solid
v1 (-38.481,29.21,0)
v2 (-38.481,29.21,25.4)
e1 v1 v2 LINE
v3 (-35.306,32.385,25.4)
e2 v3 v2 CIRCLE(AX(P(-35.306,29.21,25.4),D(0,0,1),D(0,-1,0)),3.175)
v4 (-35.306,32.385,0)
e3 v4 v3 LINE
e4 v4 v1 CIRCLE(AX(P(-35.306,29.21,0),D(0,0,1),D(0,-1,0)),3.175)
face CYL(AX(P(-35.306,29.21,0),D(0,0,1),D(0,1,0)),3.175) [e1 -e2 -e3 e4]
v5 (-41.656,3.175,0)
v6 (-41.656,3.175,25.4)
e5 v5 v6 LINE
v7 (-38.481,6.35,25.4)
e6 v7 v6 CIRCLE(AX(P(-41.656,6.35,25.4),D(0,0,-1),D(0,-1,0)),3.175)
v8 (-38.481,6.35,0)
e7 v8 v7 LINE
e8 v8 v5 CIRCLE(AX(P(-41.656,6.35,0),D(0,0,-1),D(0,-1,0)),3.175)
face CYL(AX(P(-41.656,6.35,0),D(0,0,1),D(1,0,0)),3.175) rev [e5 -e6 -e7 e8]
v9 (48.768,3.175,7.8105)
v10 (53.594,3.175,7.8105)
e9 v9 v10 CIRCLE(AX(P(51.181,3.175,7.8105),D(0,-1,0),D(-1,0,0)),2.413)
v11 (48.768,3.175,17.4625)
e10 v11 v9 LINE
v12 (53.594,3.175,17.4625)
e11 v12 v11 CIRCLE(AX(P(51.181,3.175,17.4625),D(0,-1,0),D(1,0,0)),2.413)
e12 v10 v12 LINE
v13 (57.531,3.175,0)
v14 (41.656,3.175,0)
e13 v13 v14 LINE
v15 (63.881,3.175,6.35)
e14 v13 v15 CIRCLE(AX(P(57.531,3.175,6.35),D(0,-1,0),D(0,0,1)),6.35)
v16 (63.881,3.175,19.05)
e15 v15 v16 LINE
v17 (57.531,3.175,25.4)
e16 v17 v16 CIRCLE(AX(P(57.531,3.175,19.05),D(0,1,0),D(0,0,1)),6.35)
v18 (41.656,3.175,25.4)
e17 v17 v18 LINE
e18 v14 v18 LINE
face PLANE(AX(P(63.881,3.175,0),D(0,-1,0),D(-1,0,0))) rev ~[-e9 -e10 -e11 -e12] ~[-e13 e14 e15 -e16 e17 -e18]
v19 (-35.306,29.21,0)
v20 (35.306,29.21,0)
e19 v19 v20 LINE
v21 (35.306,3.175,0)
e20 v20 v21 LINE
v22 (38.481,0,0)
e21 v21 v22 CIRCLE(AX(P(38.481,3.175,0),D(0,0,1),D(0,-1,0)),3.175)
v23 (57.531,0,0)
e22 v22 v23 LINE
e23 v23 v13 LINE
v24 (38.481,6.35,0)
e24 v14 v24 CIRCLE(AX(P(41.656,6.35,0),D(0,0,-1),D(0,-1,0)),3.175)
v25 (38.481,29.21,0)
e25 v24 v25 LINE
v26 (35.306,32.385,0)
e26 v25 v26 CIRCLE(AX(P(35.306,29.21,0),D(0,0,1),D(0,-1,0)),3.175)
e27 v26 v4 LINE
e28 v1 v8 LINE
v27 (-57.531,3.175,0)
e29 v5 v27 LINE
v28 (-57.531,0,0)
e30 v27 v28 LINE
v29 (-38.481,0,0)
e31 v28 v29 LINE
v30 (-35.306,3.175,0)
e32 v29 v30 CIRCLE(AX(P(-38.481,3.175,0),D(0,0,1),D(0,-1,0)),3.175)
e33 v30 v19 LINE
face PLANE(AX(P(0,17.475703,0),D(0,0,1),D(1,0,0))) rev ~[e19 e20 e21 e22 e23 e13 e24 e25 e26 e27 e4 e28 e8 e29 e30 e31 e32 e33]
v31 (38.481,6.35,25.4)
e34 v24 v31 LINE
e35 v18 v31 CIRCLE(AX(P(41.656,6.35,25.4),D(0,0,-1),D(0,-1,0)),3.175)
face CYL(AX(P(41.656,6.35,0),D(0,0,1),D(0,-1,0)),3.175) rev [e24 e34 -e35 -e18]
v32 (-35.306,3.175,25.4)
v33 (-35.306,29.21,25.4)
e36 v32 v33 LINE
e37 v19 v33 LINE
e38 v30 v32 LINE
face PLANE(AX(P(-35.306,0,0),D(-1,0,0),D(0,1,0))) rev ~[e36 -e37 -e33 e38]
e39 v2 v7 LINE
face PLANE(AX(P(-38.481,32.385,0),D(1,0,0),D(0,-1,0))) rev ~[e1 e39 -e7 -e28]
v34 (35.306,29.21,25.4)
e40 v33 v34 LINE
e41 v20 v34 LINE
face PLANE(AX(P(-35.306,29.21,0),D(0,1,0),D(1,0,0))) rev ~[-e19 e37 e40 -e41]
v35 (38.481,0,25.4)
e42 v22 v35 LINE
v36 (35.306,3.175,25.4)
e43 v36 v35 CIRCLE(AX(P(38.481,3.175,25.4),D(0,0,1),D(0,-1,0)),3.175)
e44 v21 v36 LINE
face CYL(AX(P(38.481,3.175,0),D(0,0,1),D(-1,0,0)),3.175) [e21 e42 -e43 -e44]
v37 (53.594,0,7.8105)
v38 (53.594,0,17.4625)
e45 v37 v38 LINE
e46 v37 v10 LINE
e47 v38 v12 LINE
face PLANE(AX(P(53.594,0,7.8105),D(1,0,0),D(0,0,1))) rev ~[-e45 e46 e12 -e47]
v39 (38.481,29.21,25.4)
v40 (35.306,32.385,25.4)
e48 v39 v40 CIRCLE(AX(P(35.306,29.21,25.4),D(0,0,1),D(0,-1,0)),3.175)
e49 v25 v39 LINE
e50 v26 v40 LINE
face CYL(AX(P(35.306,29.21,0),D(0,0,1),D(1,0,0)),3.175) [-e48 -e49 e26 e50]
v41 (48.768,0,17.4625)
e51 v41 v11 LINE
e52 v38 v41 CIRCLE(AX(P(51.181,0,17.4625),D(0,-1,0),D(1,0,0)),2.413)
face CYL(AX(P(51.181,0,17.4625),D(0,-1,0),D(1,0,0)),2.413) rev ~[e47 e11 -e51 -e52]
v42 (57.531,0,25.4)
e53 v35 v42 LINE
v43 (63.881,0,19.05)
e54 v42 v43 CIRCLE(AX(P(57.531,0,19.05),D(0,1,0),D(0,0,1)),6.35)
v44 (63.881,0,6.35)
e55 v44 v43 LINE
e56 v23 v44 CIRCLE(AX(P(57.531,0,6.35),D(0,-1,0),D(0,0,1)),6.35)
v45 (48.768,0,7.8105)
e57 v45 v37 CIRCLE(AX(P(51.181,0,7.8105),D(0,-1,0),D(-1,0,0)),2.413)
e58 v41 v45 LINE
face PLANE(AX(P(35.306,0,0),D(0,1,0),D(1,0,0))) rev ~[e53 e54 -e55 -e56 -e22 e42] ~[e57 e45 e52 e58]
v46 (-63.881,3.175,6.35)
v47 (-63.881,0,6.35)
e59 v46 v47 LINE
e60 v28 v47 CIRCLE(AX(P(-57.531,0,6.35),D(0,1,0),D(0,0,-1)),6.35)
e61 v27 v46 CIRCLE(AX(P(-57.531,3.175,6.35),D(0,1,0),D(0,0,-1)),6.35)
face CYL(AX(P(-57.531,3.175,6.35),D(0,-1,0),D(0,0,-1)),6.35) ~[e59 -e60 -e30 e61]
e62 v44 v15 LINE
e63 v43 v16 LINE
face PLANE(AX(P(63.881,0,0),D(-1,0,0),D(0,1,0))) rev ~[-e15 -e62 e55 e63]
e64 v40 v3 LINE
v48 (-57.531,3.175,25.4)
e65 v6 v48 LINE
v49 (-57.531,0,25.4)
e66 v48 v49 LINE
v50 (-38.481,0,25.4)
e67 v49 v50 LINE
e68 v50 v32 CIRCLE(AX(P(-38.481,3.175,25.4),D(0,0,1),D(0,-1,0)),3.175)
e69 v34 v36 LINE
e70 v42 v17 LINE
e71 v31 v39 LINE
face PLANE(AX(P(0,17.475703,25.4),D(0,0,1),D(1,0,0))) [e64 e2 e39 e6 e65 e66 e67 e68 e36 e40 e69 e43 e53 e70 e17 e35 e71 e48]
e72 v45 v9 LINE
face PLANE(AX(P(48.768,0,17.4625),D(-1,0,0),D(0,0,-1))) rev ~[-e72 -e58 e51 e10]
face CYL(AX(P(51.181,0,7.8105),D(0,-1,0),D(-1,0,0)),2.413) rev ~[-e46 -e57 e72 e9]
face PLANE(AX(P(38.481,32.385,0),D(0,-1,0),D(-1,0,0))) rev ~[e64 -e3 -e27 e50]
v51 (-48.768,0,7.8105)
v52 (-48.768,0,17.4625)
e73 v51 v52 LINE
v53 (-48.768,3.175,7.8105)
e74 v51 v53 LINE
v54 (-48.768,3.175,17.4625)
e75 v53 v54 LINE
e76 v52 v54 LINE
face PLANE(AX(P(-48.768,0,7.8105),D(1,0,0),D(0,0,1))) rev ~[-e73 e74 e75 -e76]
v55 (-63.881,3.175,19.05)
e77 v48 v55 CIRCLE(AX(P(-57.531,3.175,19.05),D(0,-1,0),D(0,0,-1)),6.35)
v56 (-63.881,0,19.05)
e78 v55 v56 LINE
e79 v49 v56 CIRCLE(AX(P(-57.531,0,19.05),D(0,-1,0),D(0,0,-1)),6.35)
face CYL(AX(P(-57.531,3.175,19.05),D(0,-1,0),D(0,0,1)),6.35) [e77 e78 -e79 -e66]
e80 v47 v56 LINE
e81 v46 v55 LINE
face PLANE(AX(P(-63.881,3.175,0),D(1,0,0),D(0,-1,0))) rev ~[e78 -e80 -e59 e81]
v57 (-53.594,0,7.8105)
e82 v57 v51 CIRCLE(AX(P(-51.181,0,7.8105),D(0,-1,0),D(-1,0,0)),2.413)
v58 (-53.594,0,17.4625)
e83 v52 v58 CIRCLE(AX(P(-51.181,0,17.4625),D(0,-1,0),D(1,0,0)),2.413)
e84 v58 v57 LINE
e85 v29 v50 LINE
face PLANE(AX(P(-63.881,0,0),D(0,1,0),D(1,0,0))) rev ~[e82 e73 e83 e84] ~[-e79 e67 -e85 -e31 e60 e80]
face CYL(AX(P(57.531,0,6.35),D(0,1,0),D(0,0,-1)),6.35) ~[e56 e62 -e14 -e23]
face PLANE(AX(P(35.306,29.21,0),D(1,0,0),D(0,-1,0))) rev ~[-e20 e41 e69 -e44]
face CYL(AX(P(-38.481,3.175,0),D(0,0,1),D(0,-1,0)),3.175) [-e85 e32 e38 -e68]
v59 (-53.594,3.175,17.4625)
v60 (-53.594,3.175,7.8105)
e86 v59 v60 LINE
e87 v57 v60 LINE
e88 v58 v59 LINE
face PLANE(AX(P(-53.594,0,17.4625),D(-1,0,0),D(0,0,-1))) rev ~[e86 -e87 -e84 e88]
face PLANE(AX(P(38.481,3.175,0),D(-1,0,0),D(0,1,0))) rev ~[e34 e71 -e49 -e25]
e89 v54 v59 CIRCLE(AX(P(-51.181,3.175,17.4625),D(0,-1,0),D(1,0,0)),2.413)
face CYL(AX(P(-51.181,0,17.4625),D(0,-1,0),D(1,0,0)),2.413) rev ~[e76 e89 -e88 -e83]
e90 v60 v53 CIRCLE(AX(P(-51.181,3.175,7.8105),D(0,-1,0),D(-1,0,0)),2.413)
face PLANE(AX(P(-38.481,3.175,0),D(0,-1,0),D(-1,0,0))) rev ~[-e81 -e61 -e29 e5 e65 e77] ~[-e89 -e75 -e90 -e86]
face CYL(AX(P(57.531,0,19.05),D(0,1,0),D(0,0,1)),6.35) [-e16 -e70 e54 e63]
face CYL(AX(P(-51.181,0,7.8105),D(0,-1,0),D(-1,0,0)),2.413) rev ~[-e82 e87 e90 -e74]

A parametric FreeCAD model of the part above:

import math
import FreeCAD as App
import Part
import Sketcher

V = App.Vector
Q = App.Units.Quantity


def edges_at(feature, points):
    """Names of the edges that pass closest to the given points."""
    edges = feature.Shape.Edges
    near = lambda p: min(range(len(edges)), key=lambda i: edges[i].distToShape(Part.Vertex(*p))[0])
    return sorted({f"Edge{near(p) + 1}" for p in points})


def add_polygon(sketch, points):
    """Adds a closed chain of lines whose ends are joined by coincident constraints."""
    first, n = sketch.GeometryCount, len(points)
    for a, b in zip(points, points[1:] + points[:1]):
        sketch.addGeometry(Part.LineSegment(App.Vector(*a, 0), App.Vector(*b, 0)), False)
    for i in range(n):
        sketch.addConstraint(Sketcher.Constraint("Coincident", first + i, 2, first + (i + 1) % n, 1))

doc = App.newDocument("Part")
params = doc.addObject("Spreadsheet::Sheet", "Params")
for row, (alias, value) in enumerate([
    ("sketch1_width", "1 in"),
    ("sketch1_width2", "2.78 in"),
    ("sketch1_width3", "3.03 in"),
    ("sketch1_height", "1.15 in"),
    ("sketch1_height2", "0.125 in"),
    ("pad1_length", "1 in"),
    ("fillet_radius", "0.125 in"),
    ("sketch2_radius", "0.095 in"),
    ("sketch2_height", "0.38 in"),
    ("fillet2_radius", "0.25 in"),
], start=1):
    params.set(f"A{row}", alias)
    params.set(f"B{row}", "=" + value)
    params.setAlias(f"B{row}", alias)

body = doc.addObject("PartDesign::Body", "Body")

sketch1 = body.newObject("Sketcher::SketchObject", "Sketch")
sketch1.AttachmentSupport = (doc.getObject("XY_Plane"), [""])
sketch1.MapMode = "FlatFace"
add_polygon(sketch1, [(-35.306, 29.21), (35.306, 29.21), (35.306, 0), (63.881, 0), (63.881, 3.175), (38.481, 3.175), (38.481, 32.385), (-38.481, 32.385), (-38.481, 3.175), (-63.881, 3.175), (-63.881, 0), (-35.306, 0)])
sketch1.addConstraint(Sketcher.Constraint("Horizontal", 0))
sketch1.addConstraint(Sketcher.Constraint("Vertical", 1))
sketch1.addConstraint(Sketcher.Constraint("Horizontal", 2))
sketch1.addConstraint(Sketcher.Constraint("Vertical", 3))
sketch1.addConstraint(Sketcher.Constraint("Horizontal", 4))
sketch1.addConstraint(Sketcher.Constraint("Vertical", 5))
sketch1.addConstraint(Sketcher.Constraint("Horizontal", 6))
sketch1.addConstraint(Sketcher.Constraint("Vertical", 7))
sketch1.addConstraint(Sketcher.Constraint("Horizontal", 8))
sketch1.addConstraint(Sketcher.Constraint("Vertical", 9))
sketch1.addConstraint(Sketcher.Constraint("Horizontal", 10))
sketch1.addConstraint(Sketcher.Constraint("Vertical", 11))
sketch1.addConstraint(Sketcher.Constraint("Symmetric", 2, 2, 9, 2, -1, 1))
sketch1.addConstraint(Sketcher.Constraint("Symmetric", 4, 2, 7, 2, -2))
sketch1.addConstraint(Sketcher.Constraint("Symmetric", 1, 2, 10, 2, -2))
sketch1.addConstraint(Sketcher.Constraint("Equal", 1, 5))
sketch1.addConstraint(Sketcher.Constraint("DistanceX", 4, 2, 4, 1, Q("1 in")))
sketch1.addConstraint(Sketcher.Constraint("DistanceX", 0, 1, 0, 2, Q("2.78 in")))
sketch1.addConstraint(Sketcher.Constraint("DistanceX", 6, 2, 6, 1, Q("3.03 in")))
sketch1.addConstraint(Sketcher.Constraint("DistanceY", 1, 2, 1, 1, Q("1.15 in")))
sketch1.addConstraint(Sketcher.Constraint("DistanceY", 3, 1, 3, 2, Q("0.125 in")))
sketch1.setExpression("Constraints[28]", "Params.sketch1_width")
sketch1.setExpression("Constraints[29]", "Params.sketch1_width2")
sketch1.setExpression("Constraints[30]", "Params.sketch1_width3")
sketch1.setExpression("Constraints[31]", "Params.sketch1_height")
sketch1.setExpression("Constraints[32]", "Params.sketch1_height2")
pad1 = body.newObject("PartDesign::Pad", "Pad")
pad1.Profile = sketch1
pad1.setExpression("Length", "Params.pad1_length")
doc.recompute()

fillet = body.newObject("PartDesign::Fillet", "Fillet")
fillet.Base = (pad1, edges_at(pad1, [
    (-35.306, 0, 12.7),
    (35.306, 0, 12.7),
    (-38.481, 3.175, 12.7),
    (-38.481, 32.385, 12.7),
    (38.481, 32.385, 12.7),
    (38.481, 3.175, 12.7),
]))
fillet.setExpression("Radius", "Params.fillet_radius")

----------

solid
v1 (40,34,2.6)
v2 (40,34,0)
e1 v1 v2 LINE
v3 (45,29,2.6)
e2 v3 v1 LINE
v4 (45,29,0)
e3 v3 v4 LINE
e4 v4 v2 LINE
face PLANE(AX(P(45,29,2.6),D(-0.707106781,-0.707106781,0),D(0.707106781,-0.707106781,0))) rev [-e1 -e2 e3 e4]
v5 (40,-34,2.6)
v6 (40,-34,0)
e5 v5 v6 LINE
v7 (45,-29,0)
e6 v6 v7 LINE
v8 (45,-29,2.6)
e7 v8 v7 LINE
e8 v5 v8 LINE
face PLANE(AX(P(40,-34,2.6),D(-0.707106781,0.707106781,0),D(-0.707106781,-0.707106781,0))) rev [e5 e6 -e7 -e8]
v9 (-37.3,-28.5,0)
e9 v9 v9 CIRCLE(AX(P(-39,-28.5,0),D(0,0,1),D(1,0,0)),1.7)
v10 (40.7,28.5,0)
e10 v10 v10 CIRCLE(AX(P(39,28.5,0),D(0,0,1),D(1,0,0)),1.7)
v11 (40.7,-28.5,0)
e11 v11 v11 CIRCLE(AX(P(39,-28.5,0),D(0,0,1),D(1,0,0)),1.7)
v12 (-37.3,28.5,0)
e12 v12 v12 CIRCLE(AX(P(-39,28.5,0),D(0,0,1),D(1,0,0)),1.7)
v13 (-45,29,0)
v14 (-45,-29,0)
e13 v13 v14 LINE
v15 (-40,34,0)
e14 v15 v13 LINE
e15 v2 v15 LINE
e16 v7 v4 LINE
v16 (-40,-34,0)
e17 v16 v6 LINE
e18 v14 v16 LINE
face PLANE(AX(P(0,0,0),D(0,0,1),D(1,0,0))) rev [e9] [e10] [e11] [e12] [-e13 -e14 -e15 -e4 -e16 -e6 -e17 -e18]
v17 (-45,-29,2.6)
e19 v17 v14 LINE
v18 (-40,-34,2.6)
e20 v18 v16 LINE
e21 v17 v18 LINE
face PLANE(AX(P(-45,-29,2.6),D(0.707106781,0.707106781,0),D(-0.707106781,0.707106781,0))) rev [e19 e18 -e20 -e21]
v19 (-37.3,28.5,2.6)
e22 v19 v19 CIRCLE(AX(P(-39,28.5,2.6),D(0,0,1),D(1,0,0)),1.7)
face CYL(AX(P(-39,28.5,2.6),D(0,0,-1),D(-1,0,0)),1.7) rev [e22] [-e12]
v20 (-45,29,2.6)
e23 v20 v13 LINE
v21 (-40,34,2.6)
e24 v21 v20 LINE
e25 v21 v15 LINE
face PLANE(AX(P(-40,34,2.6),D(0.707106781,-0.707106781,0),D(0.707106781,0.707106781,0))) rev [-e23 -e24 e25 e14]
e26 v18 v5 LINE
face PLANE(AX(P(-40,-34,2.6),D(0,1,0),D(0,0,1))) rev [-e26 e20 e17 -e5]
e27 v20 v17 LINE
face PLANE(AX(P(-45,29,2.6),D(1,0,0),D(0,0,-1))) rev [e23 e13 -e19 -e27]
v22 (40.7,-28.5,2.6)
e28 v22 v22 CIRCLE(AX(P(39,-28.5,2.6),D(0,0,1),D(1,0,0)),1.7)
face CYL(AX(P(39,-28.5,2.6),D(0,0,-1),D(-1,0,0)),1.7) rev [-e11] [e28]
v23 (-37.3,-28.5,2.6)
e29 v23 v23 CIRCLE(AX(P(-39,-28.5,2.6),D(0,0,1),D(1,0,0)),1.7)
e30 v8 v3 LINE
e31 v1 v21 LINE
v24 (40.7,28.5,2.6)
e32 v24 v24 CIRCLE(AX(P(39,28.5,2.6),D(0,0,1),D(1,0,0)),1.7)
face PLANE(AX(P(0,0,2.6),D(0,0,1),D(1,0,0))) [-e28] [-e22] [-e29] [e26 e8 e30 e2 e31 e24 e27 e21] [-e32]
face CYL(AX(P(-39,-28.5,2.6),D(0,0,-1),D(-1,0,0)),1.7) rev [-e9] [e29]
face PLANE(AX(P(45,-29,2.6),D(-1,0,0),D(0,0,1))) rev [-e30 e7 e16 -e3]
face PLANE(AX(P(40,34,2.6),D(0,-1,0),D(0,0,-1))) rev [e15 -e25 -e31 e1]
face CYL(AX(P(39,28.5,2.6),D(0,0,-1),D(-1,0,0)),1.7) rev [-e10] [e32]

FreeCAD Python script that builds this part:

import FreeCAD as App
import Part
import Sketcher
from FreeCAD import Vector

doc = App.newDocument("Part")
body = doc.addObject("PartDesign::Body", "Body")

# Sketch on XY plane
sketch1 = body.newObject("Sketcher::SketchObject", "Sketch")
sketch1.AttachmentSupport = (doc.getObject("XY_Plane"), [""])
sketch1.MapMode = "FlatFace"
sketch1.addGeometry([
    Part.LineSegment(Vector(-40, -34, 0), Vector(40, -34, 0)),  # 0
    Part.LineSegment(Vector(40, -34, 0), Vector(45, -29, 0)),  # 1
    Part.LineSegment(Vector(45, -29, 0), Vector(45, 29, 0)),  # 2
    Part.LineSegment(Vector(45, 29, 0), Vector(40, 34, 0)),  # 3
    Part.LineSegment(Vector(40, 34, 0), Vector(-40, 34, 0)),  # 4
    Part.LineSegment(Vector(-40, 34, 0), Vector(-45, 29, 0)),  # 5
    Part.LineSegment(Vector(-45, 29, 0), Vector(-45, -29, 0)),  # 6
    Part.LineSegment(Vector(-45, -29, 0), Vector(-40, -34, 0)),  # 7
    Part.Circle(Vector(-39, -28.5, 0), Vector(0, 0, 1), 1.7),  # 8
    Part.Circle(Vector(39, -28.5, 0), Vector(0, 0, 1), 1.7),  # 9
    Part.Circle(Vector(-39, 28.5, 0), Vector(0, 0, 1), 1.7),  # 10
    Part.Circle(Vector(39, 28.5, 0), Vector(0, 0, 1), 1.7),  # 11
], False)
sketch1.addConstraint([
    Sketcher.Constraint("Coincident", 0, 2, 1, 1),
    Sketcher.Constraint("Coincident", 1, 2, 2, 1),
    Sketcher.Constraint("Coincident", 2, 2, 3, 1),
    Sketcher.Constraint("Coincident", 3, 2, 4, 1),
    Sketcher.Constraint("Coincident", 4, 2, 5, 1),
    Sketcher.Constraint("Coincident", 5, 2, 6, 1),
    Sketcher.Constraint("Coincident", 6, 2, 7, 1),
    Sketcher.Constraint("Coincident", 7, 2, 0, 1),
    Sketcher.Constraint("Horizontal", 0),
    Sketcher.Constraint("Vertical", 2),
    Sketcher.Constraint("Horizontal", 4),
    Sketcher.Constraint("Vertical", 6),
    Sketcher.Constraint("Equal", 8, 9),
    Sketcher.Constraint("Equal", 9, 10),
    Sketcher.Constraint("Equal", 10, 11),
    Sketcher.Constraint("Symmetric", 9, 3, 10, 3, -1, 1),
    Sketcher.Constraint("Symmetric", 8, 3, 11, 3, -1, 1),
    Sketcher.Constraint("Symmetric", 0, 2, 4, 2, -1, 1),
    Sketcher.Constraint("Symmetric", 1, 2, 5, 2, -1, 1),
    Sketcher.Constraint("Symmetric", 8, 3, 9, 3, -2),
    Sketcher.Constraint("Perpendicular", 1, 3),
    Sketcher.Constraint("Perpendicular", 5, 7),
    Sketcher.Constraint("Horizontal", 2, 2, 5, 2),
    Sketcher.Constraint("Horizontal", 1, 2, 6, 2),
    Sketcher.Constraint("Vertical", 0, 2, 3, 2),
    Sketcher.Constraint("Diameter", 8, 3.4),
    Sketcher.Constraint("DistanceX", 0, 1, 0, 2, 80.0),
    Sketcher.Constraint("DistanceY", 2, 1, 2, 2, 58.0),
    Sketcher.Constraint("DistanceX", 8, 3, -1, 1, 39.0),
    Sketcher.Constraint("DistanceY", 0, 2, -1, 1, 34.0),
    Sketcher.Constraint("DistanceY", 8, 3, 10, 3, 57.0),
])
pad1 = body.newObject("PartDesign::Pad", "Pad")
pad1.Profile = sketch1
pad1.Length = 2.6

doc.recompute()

----------

■ **Activity**: Working from the material above, restate word for word the lines between the line with "v10 (40.7,28.5,0)" and the line with "e18 v14 v16 LINE", both included, and only those.

■ **Answer space**:
v10 (40.7,28.5,0)
e10 v10 v10 CIRCLE(AX(P(39,28.5,0),D(0,0,1),D(1,0,0)),1.7)
v11 (40.7,-28.5,0)
e11 v11 v11 CIRCLE(AX(P(39,-28.5,0),D(0,0,1),D(1,0,0)),1.7)
v12 (-37.3,28.5,0)
e12 v12 v12 CIRCLE(AX(P(-39,28.5,0),D(0,0,1),D(1,0,0)),1.7)
v13 (-45,29,0)
v14 (-45,-29,0)
e13 v13 v14 LINE
v15 (-40,34,0)
e14 v15 v13 LINE
e15 v2 v15 LINE
e16 v7 v4 LINE
v16 (-40,-34,0)
e17 v16 v6 LINE
e18 v14 v16 LINE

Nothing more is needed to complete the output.